JF-17 also comes with a Russian engine, about which Malaysia’s experience has not been good when it comes to serviceability. The country also operates the Russian MiG-29s with similar engines, which are said to require significant after-sales support and maintenance.
However, Tejas is powered by a General Electric F404 engine, also used in Malaysia’s F/A-18s, which has delivered satisfying performance.
With Kuala Lampur engaged in maritime border disputes with Beijing, there’s are chances that the country could prefer the Indian or even Korean fighters over that of Pakistan.
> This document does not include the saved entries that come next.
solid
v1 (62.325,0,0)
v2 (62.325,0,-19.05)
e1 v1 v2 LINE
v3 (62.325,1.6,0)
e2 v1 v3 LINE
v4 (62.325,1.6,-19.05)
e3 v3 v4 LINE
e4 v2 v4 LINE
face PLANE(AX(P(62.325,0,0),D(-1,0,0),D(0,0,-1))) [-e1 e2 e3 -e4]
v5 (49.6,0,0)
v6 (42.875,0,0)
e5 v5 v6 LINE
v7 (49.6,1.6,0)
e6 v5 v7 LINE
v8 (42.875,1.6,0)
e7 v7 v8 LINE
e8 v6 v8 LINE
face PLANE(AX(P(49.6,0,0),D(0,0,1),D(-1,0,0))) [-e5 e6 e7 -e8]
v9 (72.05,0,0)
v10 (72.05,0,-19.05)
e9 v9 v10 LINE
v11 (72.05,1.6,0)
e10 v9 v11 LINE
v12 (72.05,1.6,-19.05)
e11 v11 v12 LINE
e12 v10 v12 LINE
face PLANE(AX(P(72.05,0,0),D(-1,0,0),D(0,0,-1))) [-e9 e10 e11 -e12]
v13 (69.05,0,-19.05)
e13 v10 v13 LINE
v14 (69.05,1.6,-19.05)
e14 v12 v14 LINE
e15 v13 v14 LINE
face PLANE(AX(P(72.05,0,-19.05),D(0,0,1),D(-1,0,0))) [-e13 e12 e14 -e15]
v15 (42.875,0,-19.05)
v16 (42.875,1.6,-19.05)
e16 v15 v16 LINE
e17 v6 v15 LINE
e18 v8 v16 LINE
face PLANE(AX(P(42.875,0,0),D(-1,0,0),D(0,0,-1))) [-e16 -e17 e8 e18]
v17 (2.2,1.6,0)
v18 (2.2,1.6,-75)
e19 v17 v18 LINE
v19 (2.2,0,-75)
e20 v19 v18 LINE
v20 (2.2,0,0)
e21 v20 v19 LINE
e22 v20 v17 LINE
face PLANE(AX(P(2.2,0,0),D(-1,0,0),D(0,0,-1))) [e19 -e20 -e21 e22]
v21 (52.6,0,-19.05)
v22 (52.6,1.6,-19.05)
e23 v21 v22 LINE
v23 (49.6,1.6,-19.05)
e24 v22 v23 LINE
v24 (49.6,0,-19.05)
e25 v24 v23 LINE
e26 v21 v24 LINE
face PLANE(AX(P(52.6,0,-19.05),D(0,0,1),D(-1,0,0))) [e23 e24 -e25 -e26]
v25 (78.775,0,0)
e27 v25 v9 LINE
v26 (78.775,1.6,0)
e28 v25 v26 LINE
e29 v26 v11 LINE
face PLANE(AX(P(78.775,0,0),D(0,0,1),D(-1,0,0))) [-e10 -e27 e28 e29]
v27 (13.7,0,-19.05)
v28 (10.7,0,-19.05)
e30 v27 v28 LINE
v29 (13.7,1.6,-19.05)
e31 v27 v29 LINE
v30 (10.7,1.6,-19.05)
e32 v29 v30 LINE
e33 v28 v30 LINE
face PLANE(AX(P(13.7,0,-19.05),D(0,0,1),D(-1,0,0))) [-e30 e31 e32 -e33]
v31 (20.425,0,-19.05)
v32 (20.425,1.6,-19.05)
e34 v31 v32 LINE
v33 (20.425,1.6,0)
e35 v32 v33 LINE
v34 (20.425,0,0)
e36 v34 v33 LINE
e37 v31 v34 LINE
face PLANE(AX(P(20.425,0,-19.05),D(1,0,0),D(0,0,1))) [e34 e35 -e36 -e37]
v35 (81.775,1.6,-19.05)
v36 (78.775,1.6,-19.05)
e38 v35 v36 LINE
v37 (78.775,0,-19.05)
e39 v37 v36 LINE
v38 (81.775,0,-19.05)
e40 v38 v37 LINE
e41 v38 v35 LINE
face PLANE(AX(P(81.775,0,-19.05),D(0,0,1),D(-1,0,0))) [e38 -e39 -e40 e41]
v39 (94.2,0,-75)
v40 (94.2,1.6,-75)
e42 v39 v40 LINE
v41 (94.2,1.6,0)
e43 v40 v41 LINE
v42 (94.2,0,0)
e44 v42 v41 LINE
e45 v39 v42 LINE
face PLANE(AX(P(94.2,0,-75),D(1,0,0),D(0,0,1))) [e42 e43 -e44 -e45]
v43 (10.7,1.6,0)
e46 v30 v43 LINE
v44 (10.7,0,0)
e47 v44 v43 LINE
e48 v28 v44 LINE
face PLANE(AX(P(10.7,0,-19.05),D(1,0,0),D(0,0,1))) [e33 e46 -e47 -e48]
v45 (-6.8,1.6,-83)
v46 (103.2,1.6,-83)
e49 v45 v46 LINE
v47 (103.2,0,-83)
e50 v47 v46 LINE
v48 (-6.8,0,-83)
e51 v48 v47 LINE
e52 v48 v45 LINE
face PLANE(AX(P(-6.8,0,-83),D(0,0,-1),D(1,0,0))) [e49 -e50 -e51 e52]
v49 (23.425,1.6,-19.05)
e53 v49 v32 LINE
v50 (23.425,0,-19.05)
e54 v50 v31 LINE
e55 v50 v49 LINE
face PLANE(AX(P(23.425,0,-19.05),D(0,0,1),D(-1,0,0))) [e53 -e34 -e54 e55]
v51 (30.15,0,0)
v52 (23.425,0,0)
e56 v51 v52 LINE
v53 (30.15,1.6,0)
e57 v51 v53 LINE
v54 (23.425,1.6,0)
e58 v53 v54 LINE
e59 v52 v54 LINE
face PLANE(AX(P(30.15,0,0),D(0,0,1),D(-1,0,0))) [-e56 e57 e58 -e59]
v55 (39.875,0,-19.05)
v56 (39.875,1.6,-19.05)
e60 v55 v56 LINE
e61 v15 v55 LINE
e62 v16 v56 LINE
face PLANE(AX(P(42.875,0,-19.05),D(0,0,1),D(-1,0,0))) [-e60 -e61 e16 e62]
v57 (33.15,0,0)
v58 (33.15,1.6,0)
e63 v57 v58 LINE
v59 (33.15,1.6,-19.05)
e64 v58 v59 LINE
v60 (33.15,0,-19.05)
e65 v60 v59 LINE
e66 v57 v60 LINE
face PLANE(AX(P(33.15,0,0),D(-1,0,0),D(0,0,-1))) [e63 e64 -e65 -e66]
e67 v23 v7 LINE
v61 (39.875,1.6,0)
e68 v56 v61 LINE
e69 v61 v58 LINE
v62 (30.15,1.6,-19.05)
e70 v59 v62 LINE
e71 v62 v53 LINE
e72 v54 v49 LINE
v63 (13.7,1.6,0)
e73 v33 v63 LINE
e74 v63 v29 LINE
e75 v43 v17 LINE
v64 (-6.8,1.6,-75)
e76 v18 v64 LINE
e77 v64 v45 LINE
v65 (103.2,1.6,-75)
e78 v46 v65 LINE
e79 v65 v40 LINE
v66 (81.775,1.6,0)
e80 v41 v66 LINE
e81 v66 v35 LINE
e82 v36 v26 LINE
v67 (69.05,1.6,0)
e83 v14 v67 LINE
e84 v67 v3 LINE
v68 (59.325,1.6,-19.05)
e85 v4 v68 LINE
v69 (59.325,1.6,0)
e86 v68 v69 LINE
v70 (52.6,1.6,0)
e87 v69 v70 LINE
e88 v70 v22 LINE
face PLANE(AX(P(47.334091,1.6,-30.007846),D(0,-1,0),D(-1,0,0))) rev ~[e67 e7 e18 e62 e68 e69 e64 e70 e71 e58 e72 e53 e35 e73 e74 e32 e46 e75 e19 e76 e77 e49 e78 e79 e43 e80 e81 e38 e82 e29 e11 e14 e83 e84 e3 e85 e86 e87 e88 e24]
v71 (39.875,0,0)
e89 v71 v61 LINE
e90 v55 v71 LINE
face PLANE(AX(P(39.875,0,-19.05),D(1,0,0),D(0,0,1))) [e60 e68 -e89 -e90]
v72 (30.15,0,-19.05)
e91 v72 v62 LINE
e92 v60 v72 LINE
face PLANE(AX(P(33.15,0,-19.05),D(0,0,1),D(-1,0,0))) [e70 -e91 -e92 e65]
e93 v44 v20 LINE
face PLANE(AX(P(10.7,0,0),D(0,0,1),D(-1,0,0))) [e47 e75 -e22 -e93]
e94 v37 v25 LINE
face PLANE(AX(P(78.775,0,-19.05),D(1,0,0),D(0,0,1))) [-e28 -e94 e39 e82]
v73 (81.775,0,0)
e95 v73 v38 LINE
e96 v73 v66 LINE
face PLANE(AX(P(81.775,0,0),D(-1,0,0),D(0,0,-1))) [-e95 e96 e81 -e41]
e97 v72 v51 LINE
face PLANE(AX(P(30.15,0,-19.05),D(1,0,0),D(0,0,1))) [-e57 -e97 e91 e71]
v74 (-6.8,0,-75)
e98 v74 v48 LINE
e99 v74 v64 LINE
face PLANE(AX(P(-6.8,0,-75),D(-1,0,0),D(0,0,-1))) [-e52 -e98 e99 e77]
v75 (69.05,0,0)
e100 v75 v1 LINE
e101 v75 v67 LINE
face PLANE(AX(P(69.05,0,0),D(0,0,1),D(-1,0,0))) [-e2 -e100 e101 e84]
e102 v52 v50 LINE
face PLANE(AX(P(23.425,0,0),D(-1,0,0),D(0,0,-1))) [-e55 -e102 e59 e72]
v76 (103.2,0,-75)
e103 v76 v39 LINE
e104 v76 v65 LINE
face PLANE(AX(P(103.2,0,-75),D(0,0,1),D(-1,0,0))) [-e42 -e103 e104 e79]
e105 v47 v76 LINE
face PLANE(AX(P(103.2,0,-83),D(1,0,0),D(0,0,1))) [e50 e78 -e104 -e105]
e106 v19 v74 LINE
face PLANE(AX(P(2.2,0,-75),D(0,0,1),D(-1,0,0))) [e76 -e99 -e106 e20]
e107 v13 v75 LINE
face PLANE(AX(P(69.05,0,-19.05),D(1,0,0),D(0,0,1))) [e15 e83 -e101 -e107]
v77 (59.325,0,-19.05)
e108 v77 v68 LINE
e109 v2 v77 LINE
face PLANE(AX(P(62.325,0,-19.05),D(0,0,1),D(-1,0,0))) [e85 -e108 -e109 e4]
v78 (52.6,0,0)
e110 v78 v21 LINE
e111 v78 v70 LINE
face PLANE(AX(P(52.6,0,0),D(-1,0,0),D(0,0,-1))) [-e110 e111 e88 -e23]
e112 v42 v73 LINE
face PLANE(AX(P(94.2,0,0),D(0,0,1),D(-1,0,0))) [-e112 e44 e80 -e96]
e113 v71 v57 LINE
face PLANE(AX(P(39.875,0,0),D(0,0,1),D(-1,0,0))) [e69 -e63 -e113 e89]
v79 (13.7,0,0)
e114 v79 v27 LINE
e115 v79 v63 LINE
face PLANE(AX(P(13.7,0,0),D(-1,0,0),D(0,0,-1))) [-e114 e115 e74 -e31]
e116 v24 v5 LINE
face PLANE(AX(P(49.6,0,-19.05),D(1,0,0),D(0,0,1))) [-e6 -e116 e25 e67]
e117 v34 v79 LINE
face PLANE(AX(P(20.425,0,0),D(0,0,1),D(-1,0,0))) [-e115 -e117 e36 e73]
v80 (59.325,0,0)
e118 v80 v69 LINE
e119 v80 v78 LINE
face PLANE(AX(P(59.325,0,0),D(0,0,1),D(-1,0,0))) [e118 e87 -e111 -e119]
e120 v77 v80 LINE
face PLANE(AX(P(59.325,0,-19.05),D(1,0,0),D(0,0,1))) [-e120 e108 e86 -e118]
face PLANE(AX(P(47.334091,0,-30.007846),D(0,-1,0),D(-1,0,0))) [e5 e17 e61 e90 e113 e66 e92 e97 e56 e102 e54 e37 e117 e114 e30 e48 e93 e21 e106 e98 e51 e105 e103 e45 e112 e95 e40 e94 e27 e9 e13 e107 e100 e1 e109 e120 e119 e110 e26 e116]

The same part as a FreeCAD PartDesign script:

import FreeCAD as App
import Part
import Sketcher

V = App.Vector
Q = App.Units.Quantity

doc = App.newDocument("Part")
body = doc.addObject("PartDesign::Body", "Body")

sketch1 = body.newObject("Sketcher::SketchObject", "Sketch")
sketch1.AttachmentSupport = (doc.getObject("XZ_Plane"), [""])
sketch1.MapMode = "FlatFace"
sketch1.addGeometry(Part.LineSegment(V(-6.8, -75, 0), V(2.2, -75, 0)), False)
sketch1.addGeometry(Part.LineSegment(V(2.2, -75, 0), V(2.2, 0, 0)), False)
sketch1.addGeometry(Part.LineSegment(V(2.2, 0, 0), V(10.7, 0, 0)), False)
sketch1.addGeometry(Part.LineSegment(V(10.7, 0, 0), V(10.7, -19.1, 0)), False)
sketch1.addGeometry(Part.LineSegment(V(10.7, -19.1, 0), V(13.7, -19.1, 0)), False)
sketch1.addGeometry(Part.LineSegment(V(13.7, -19.1, 0), V(13.7, 0, 0)), False)
sketch1.addGeometry(Part.LineSegment(V(13.7, 0, 0), V(20.4, 0, 0)), False)
sketch1.addGeometry(Part.LineSegment(V(20.4, 0, 0), V(20.4, -19.1, 0)), False)
sketch1.addGeometry(Part.LineSegment(V(20.4, -19.1, 0), V(23.4, -19.1, 0)), False)
sketch1.addGeometry(Part.LineSegment(V(23.4, -19.1, 0), V(23.4, 0, 0)), False)
sketch1.addGeometry(Part.LineSegment(V(23.4, 0, 0), V(30.1, 0, 0)), False)
sketch1.addGeometry(Part.LineSegment(V(30.1, 0, 0), V(30.1, -19.1, 0)), False)
sketch1.addGeometry(Part.LineSegment(V(30.1, -19.1, 0), V(33.1, -19.1, 0)), False)
sketch1.addGeometry(Part.LineSegment(V(33.1, -19.1, 0), V(33.1, 0, 0)), False)
sketch1.addGeometry(Part.LineSegment(V(33.1, 0, 0), V(39.9, 0, 0)), False)
sketch1.addGeometry(Part.LineSegment(V(39.9, 0, 0), V(39.9, -19.1, 0)), False)
sketch1.addGeometry(Part.LineSegment(V(39.9, -19.1, 0), V(42.9, -19.1, 0)), False)
sketch1.addGeometry(Part.LineSegment(V(42.9, -19.1, 0), V(42.9, 0, 0)), False)
sketch1.addGeometry(Part.LineSegment(V(42.9, 0, 0), V(49.6, 0, 0)), False)
sketch1.addGeometry(Part.LineSegment(V(49.6, 0, 0), V(49.6, -19.1, 0)), False)
sketch1.addGeometry(Part.LineSegment(V(49.6, -19.1, 0), V(52.6, -19.1, 0)), False)
sketch1.addGeometry(Part.LineSegment(V(52.6, -19.1, 0), V(52.6, 0, 0)), False)
sketch1.addGeometry(Part.LineSegment(V(52.6, 0, 0), V(59.3, 0, 0)), False)
sketch1.addGeometry(Part.LineSegment(V(59.3, 0, 0), V(59.3, -19.1, 0)), False)
sketch1.addGeometry(Part.LineSegment(V(59.3, -19.1, 0), V(62.3, -19.1, 0)), False)
sketch1.addGeometry(Part.LineSegment(V(62.3, -19.1, 0), V(62.3, 0, 0)), False)
sketch1.addGeometry(Part.LineSegment(V(62.3, 0, 0), V(69, 0, 0)), False)
sketch1.addGeometry(Part.LineSegment(V(69, 0, 0), V(69, -19.1, 0)), False)
sketch1.addGeometry(Part.LineSegment(V(69, -19.1, 0), V(72, -19.1, 0)), False)
sketch1.addGeometry(Part.LineSegment(V(72, -19.1, 0), V(72, 0, 0)), False)
sketch1.addGeometry(Part.LineSegment(V(72, 0, 0), V(78.8, 0, 0)), False)
sketch1.addGeometry(Part.LineSegment(V(78.8, 0, 0), V(78.8, -19.1, 0)), False)
sketch1.addGeometry(Part.LineSegment(V(78.8, -19.1, 0), V(81.8, -19.1, 0)), False)
sketch1.addGeometry(Part.LineSegment(V(81.8, -19.1, 0), V(81.8, 0, 0)), False)
sketch1.addGeometry(Part.LineSegment(V(81.8, 0, 0), V(94.2, 0, 0)), False)
sketch1.addGeometry(Part.LineSegment(V(94.2, 0, 0), V(94.2, -75, 0)), False)
sketch1.addGeometry(Part.LineSegment(V(94.2, -75, 0), V(103.2, -75, 0)), False)
sketch1.addGeometry(Part.LineSegment(V(103.2, -75, 0), V(103.2, -83, 0)), False)
sketch1.addGeometry(Part.LineSegment(V(103.2, -83, 0), V(-6.8, -83, 0)), False)
sketch1.addGeometry(Part.LineSegment(V(-6.8, -83, 0), V(-6.8, -75, 0)), False)
sketch1.addConstraint(Sketcher.Constraint("Coincident", 0, 2, 1, 1))
sketch1.addConstraint(Sketcher.Constraint("Coincident", 1, 2, 2, 1))
sketch1.addConstraint(Sketcher.Constraint("Coincident", 2, 2, 3, 1))
sketch1.addConstraint(Sketcher.Constraint("Coincident", 3, 2, 4, 1))
sketch1.addConstraint(Sketcher.Constraint("Coincident", 4, 2, 5, 1))
sketch1.addConstraint(Sketcher.Constraint("Coincident", 5, 2, 6, 1))
sketch1.addConstraint(Sketcher.Constraint("Coincident", 6, 2, 7, 1))
sketch1.addConstraint(Sketcher.Constraint("Coincident", 7, 2, 8, 1))
sketch1.addConstraint(Sketcher.Constraint("Coincident", 8, 2, 9, 1))
sketch1.addConstraint(Sketcher.Constraint("Coincident", 9, 2, 10, 1))
sketch1.addConstraint(Sketcher.Constraint("Coincident", 10, 2, 11, 1))
sketch1.addConstraint(Sketcher.Constraint("Coincident", 11, 2, 12, 1))
sketch1.addConstraint(Sketcher.Constraint("Coincident", 12, 2, 13, 1))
Malaysia and China have been locked in a tense standoff in the South China sea over exploration rights, with Chinese naval vessels repeatedly harassing the former’s exploration and drilling ships and other sea assets.
Experts say that Kaula Lampur takes the Chinese threat very seriously, and this could be a major factor in deciding the top contender for its combat aircraft procurement deal.
This could explain why Malaysia has been keen on spending more time studying India’s Tejas, with a team heading again for India in the coming few months.
Nitin J Ticku a political analyst with the EurAsian Times says that buying a fighter jet is not a simple process as all these decisions are politically motivated. A country’s air force aspires to have potent fighter jets that also suits the political interest of the ruling government.
The purchase of the JF-17s would bind Malaysia with the Chinese weapons while the FA-50 or LCA Tejas would give them access to ‘trusted’ Western technology, despite being of Korean and Indian origin.